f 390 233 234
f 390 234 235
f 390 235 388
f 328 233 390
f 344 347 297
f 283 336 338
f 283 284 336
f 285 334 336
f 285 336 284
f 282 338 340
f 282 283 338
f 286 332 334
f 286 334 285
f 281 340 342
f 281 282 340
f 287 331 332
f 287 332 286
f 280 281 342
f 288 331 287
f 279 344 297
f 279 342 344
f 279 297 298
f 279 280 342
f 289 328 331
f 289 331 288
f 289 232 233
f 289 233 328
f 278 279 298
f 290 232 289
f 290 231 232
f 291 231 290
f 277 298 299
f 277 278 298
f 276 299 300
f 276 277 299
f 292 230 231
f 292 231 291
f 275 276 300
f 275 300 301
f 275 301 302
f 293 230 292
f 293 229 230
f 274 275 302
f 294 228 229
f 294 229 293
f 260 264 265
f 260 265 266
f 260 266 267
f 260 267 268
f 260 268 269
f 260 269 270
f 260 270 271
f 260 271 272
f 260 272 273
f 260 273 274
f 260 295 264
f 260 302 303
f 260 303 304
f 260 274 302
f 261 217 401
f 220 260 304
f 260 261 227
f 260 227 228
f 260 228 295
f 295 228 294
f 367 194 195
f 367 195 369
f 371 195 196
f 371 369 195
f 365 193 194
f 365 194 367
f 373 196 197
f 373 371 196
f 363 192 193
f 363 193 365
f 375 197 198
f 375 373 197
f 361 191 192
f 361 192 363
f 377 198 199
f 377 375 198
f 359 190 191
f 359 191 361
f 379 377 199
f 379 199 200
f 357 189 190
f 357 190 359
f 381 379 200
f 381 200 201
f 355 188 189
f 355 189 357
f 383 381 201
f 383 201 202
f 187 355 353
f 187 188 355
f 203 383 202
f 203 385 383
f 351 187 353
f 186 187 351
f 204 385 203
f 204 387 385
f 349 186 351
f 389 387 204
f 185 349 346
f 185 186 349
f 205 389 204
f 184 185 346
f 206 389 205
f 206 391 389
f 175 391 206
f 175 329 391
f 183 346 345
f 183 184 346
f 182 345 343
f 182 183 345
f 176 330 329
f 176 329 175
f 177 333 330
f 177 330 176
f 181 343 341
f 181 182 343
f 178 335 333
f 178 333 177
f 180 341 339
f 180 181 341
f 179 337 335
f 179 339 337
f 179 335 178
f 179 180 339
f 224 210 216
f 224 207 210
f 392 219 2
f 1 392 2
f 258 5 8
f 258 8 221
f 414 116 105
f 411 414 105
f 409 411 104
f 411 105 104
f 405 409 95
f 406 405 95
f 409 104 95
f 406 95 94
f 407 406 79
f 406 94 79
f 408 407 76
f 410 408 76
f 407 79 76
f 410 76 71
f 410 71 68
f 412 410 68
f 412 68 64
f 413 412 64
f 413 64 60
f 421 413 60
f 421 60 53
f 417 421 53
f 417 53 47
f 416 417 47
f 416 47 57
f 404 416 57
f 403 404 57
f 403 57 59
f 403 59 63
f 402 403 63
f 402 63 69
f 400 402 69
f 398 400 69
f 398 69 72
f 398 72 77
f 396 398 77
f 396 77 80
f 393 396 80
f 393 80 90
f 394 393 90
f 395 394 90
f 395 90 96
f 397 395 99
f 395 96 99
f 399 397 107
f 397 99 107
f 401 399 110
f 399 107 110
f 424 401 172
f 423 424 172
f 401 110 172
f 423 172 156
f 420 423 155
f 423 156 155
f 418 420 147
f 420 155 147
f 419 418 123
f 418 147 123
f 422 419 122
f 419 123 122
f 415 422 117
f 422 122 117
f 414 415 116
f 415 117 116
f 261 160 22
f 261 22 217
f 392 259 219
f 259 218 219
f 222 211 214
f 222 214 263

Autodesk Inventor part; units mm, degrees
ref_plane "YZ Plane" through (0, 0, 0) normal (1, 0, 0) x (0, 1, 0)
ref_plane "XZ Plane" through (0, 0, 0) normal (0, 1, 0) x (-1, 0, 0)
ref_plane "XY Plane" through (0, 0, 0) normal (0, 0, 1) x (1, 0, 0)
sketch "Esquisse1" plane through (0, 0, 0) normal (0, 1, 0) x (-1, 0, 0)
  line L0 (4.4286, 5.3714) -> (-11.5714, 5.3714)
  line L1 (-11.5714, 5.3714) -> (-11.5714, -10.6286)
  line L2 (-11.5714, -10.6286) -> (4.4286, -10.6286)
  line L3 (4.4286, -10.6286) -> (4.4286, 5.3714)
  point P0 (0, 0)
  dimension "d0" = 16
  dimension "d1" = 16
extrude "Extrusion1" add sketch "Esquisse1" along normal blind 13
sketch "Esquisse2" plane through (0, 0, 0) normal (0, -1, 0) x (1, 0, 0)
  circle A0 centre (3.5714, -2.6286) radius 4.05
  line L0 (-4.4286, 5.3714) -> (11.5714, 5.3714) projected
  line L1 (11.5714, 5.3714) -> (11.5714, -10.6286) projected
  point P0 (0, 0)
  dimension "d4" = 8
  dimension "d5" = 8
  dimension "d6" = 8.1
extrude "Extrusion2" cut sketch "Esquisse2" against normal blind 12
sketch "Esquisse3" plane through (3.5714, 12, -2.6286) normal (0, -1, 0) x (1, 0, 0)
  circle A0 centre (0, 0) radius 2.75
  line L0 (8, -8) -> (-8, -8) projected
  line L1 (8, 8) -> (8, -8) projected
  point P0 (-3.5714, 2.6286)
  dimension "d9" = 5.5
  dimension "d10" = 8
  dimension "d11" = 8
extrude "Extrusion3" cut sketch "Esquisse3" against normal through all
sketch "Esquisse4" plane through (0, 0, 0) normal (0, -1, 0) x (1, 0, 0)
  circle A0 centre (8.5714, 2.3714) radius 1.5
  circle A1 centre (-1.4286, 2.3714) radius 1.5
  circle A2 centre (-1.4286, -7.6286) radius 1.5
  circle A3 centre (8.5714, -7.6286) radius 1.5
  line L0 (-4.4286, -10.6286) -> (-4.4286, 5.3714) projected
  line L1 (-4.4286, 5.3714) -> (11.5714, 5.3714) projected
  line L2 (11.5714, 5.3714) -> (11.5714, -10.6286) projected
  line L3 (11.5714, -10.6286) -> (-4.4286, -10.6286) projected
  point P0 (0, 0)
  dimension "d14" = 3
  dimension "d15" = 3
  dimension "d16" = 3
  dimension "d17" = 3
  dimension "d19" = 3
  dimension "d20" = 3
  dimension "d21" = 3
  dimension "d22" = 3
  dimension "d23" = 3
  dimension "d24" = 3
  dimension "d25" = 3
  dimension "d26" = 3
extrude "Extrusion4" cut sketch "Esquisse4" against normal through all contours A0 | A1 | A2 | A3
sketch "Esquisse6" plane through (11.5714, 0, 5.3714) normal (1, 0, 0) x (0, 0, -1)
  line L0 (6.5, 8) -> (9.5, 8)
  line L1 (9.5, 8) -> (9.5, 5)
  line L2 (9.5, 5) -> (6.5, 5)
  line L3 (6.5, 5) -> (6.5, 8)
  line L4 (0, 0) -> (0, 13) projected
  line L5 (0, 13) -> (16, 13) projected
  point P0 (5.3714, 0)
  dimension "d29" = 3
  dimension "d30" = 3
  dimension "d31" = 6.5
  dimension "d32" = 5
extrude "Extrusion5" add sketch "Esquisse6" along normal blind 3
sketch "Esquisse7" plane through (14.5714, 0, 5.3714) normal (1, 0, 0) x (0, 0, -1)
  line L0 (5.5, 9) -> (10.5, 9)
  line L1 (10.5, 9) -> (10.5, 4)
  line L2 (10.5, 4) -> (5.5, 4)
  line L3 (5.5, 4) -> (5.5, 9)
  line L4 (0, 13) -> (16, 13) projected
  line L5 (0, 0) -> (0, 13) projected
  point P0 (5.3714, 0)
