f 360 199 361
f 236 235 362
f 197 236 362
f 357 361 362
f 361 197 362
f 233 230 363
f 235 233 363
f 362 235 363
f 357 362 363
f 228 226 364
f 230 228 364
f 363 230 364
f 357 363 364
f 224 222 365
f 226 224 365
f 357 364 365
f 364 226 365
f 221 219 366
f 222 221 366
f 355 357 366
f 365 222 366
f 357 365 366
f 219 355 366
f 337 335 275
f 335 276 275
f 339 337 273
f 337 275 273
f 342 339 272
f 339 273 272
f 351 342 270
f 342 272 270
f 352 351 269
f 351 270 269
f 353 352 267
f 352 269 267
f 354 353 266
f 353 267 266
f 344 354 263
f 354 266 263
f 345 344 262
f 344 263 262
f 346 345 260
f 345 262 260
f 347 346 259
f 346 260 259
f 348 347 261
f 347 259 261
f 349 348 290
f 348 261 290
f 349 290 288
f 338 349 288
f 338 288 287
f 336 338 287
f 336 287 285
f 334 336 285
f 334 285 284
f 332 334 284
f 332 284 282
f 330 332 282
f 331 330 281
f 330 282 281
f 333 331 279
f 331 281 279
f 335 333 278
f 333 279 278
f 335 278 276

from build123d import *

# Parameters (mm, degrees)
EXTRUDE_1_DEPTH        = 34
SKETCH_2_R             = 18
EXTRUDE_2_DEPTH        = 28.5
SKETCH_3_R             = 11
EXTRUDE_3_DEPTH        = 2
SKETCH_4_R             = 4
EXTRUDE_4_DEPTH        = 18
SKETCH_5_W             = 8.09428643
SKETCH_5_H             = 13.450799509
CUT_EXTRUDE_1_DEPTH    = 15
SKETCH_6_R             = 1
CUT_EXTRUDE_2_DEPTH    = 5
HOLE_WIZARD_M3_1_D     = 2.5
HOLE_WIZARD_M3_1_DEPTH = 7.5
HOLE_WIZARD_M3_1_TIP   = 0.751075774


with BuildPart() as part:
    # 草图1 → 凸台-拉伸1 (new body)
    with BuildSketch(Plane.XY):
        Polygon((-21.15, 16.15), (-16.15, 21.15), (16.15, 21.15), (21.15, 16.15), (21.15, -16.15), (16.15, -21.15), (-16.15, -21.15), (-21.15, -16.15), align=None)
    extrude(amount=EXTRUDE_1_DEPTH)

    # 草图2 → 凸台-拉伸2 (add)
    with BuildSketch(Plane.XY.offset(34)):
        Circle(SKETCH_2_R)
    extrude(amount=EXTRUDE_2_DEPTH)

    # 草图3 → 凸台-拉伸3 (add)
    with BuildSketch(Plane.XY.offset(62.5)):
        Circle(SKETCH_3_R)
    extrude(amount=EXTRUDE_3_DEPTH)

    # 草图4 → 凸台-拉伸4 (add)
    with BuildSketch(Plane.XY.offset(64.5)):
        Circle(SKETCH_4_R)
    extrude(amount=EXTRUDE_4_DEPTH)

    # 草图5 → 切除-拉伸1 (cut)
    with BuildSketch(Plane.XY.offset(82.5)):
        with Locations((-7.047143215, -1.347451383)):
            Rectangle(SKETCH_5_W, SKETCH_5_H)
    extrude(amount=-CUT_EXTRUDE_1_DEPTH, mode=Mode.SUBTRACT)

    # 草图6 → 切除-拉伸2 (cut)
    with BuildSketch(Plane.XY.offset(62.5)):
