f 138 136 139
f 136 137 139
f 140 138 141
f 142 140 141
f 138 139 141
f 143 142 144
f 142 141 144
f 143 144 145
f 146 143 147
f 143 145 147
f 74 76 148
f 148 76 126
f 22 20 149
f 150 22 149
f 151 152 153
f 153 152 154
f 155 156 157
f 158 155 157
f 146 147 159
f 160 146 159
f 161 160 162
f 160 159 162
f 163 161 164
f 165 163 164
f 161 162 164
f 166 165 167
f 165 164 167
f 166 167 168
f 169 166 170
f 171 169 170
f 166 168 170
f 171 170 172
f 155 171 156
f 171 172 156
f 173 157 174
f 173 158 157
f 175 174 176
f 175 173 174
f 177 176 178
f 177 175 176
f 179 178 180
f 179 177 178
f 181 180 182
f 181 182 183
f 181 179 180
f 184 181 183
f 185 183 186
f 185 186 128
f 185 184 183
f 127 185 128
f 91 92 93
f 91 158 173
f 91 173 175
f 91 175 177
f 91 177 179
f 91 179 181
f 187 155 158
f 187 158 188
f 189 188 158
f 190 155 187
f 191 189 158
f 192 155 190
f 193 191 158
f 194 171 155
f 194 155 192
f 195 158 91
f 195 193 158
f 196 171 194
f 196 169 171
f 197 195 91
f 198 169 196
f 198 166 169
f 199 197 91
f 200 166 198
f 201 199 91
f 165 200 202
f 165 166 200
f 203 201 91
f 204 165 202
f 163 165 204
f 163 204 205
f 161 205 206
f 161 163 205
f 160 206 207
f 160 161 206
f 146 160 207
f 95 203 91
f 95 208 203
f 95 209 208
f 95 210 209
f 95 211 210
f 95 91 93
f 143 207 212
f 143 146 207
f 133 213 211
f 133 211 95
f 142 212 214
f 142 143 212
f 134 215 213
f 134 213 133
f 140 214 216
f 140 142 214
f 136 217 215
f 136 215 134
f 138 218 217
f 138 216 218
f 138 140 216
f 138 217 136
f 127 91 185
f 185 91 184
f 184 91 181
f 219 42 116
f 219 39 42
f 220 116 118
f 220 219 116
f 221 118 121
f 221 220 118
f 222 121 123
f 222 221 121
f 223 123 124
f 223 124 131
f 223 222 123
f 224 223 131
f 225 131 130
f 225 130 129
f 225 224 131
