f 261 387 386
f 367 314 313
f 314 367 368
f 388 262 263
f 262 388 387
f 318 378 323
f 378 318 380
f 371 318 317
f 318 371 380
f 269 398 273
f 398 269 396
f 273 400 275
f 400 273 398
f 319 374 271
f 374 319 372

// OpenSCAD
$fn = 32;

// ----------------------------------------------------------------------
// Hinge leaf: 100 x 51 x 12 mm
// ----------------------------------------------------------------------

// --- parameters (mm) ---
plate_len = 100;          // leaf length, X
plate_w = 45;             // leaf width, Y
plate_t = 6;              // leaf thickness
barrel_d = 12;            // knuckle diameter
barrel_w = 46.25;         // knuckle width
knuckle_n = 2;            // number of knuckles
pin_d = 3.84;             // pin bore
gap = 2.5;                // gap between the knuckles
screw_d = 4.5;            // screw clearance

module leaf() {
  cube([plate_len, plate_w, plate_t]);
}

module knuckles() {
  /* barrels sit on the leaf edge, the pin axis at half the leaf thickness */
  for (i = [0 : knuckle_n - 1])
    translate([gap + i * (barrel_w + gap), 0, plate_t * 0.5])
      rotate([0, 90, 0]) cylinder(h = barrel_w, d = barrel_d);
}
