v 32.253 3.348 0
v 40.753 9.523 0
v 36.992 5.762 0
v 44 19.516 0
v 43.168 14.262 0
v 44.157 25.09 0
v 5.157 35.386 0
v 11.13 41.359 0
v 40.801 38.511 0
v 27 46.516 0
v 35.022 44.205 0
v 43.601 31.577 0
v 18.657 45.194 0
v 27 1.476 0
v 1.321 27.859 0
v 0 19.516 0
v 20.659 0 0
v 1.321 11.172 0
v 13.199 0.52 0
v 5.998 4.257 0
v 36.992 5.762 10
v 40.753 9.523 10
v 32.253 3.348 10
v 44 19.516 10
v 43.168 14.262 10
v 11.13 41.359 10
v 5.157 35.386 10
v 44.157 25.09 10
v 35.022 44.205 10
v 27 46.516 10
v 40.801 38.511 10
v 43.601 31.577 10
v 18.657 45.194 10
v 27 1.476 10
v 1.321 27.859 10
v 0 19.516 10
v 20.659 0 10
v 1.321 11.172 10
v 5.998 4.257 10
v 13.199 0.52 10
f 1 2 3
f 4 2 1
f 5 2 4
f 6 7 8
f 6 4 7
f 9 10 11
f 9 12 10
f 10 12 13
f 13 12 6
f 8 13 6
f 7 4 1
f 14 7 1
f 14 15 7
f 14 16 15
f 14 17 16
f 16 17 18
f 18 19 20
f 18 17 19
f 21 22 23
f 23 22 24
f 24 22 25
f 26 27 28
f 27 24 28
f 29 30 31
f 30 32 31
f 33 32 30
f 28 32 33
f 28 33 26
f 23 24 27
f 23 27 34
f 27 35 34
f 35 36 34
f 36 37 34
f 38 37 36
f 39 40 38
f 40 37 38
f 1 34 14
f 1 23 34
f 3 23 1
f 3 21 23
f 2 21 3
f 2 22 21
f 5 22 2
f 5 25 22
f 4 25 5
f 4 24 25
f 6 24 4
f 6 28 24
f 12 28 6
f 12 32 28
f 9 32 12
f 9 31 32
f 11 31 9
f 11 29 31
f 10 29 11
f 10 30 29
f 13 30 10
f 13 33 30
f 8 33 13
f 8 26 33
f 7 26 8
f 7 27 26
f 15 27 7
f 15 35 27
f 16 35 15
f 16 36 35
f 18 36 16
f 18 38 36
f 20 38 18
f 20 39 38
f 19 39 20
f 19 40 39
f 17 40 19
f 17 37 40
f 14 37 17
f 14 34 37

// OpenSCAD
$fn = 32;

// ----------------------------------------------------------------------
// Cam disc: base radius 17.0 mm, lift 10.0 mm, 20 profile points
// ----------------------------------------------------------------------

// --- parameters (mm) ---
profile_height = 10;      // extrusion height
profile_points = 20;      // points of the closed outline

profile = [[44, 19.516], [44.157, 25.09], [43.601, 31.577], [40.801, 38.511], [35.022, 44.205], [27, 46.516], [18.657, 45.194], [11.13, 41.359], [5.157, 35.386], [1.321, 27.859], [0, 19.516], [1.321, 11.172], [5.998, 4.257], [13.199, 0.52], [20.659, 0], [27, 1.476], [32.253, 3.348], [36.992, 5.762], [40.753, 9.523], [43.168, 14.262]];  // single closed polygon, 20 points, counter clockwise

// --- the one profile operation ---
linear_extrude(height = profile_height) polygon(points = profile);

★ ★ ★ ★ ★ ★ ★

Within the listing above, give again exactly every line from the line with "f 390 235 388" through the line with "f 183 184 346", both included, and no other line.

f 390 235 388
f 328 233 390
f 344 347 297
f 283 336 338
f 283 284 336
f 285 334 336
f 285 336 284
f 282 338 340
f 282 283 338
f 286 332 334
f 286 334 285
f 281 340 342
f 281 282 340
f 287 331 332
f 287 332 286
f 280 281 342
f 288 331 287
f 279 344 297
f 279 342 344
f 279 297 298
f 279 280 342
f 289 328 331
f 289 331 288
f 289 232 233
f 289 233 328
f 278 279 298
f 290 232 289
f 290 231 232
f 291 231 290
f 277 298 299
f 277 278 298
f 276 299 300
f 276 277 299
f 292 230 231
f 292 231 291
f 275 276 300
f 275 300 301
f 275 301 302
f 293 230 292
f 293 229 230
f 274 275 302
f 294 228 229
f 294 229 293
f 260 264 265
f 260 265 266
f 260 266 267
f 260 267 268
f 260 268 269
f 260 269 270
f 260 270 271
f 260 271 272
f 260 272 273
f 260 273 274
f 260 295 264
f 260 302 303
f 260 303 304
f 260 274 302
f 261 217 401
f 220 260 304
f 260 261 227
f 260 227 228
f 260 228 295
f 295 228 294
f 367 194 195
f 367 195 369
f 371 195 196
f 371 369 195
f 365 193 194
f 365 194 367
f 373 196 197
f 373 371 196
f 363 192 193
f 363 193 365
f 375 197 198
f 375 373 197
f 361 191 192
f 361 192 363
f 377 198 199
f 377 375 198
f 359 190 191
f 359 191 361
f 379 377 199
f 379 199 200
f 357 189 190
f 357 190 359
f 381 379 200
f 381 200 201
f 355 188 189
f 355 189 357
f 383 381 201
f 383 201 202
f 187 355 353
f 187 188 355
f 203 383 202
f 203 385 383
f 351 187 353
f 186 187 351
f 204 385 203
f 204 387 385
f 349 186 351
f 389 387 204
f 185 349 346
f 185 186 349
f 205 389 204
f 184 185 346
f 206 389 205
f 206 391 389
f 175 391 206
f 175 329 391
f 183 346 345
f 183 184 346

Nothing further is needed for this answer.